Why a single song is doing trailer-sized work
In the current film-marketing playbook, a hero song often carries more weight than a teaser. It can be consumed on loop, shared as audio, clipped for reels, and folded into wedding and festival playlists for months. A strong track keeps a film in conversation long after a trailer has been forgotten.
For Peddi, Chikiri Chikiri is doing several jobs at once:
- It establishes the film's emotional register before anyone sees the plot.
- It showcases the Rahman soundtrack as a selling point in its own right.
- It introduces the Ram Charan–Janhvi Kapoor pairing to a mass audience.
- It gives the marketing team a piece of content with a long shelf life.
That is a lot of leverage from one upload, and it explains why the makers chose to drop the full video rather than a teaser snippet.
What comes next
The immediate effect is momentum.
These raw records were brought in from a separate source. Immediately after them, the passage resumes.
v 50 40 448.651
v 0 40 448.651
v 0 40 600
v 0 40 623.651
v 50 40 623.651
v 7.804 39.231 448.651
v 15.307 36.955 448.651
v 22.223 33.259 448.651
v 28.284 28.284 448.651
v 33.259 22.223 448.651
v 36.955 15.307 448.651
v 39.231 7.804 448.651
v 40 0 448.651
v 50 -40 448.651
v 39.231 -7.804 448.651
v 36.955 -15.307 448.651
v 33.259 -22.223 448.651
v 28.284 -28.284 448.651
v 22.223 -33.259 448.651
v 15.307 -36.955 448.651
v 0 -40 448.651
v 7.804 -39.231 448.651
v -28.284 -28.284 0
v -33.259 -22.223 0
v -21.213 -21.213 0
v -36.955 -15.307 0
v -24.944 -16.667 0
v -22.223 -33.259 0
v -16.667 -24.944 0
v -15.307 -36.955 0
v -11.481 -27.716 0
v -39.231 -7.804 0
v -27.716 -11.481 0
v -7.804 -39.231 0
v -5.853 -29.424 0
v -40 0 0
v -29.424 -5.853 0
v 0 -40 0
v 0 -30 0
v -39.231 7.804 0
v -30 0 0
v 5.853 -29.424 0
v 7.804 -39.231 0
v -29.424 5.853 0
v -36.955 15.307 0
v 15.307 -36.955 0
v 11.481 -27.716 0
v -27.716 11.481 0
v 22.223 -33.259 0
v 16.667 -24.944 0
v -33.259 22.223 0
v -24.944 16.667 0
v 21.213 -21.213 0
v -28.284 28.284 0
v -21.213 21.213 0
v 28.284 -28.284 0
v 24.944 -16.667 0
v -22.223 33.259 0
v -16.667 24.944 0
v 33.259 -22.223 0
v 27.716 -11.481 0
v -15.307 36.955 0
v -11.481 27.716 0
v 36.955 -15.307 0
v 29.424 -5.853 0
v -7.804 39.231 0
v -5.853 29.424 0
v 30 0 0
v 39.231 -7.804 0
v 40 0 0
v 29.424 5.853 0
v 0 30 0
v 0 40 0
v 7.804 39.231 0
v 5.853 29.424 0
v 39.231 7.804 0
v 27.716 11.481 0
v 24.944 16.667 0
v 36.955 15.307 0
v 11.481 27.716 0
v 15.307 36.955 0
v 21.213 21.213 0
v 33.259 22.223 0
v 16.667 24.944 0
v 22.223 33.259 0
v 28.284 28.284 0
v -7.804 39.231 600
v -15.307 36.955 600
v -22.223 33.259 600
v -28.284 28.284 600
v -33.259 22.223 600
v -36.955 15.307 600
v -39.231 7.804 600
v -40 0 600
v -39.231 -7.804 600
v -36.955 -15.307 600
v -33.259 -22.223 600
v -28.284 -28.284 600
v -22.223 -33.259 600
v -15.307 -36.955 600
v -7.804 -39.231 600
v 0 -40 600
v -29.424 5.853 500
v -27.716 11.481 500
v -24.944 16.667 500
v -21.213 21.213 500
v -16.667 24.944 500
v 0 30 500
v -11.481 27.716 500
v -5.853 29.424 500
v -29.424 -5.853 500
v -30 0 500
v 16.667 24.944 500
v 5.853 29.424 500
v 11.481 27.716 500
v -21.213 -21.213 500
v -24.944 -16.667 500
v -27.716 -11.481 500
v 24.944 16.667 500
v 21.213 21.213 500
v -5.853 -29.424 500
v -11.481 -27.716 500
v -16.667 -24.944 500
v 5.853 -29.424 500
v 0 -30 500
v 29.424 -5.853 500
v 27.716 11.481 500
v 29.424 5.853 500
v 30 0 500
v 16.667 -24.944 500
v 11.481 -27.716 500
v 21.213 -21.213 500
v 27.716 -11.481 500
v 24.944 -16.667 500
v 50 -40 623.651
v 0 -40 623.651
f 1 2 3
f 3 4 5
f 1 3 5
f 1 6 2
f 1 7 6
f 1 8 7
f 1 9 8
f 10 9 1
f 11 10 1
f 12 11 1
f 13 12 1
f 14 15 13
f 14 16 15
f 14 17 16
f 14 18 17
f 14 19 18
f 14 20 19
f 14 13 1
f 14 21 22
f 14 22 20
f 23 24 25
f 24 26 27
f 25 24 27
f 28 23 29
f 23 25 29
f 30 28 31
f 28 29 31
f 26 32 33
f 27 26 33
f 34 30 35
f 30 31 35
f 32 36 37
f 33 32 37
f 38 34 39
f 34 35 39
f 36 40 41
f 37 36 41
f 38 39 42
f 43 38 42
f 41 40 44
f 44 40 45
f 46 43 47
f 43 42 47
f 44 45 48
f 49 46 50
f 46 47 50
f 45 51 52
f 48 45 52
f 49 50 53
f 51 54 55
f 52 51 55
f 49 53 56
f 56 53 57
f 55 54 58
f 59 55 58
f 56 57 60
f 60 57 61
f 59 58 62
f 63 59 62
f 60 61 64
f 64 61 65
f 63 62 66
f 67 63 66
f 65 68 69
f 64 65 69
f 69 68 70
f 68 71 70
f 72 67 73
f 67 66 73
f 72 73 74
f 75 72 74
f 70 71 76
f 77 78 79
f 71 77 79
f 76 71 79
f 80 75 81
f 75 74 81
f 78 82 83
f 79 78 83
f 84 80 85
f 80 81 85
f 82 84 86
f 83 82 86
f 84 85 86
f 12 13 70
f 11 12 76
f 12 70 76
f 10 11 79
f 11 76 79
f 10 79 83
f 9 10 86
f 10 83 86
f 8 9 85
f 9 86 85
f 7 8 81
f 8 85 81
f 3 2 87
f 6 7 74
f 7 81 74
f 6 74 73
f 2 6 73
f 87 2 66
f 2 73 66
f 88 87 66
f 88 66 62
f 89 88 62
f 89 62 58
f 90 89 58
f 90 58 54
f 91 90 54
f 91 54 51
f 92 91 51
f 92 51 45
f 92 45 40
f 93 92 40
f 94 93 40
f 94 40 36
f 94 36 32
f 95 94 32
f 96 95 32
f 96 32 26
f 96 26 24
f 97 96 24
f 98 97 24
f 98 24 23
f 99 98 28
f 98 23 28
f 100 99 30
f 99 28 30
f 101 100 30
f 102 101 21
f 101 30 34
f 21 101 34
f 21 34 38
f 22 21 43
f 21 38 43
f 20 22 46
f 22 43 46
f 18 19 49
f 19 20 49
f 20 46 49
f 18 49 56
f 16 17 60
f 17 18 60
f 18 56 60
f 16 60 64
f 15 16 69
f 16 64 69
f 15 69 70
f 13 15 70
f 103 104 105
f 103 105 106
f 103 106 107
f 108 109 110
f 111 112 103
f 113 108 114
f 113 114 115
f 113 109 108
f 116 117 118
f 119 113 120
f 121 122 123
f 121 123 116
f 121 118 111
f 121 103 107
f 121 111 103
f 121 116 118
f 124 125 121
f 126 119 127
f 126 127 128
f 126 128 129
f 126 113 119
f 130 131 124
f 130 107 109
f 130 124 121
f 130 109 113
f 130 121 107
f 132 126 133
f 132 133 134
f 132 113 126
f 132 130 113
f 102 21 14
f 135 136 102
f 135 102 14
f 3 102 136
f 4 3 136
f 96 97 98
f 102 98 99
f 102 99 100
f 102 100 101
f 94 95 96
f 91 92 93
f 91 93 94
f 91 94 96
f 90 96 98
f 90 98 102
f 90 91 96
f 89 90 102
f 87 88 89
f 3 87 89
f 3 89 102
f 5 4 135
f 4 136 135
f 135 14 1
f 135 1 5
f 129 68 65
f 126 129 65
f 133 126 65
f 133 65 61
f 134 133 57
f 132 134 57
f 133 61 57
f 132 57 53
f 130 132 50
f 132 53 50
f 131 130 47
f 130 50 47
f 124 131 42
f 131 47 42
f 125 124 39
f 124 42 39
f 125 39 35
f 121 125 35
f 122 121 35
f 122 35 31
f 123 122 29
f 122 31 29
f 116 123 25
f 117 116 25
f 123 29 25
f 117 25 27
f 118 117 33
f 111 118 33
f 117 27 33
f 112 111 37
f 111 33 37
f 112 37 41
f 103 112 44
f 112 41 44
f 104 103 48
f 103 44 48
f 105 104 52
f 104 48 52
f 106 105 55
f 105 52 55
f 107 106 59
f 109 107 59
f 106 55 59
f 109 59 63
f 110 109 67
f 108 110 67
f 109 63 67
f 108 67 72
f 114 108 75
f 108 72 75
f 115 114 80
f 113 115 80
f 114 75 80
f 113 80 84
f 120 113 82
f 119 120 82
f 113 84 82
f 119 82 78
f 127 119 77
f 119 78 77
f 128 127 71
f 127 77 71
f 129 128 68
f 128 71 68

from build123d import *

# Parameters (mm, degrees)
F0_R     = 40
F1_DEPTH = 600
F2_W     = 50
F2_H     = 175
F3_DEPTH = 40
F4_R     = 30
F5_DEPTH = 500


with BuildPart() as f1:
    # F0 (on Top) → F1 (new body)
    with BuildSketch(Plane.XY):
        Circle(F0_R)
    extrude(amount=F1_DEPTH)

    # F2 (on Front) → F3 (join, symmetric)
    with BuildSketch(Plane.XZ):
        with Locations((25, 536.151046)):
            Rectangle(F2_W, F2_H)
    extrude(amount=F3_DEPTH, both=True)

    # F4 (on face) → F5 (cut)
    with BuildSketch(Plane(origin=(0, 0, 0), x_dir=(1, 0, 0), z_dir=(0, 0, -1))):
        Circle(F4_R)
    extrude(amount=-F5_DEPTH, mode=Mode.SUBTRACT)


solid = f1.part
A trending song resets attention on the film, and you can expect the team to follow it with more tracks, glimpses and eventually a trailer, each timed to ride the wave the previous drop created. If the rest of the album holds the standard, the soundtrack itself becomes a reason to anticipate the release.
The bigger question is whether Peddi can convert music buzz into theatrical pull. Songs travel fast and cheap; films need audiences to commit to a ticket. Buchi Babu Sana's track record suggests a story with genuine emotional stakes, and Ram Charan choosing a grounded role rather than a guaranteed mass spectacle is the kind of bet that can either deepen a star's range or test his fanbase's patience.
For now, the scoreboard reads clearly enough. Chikiri Chikiri has put Peddi back in the spotlight, reunited two artists fans never tire of hearing together, and given a wide audience its first real feel for the film. Whether that translates into a hit is a story for release day. The viral run is already a fact.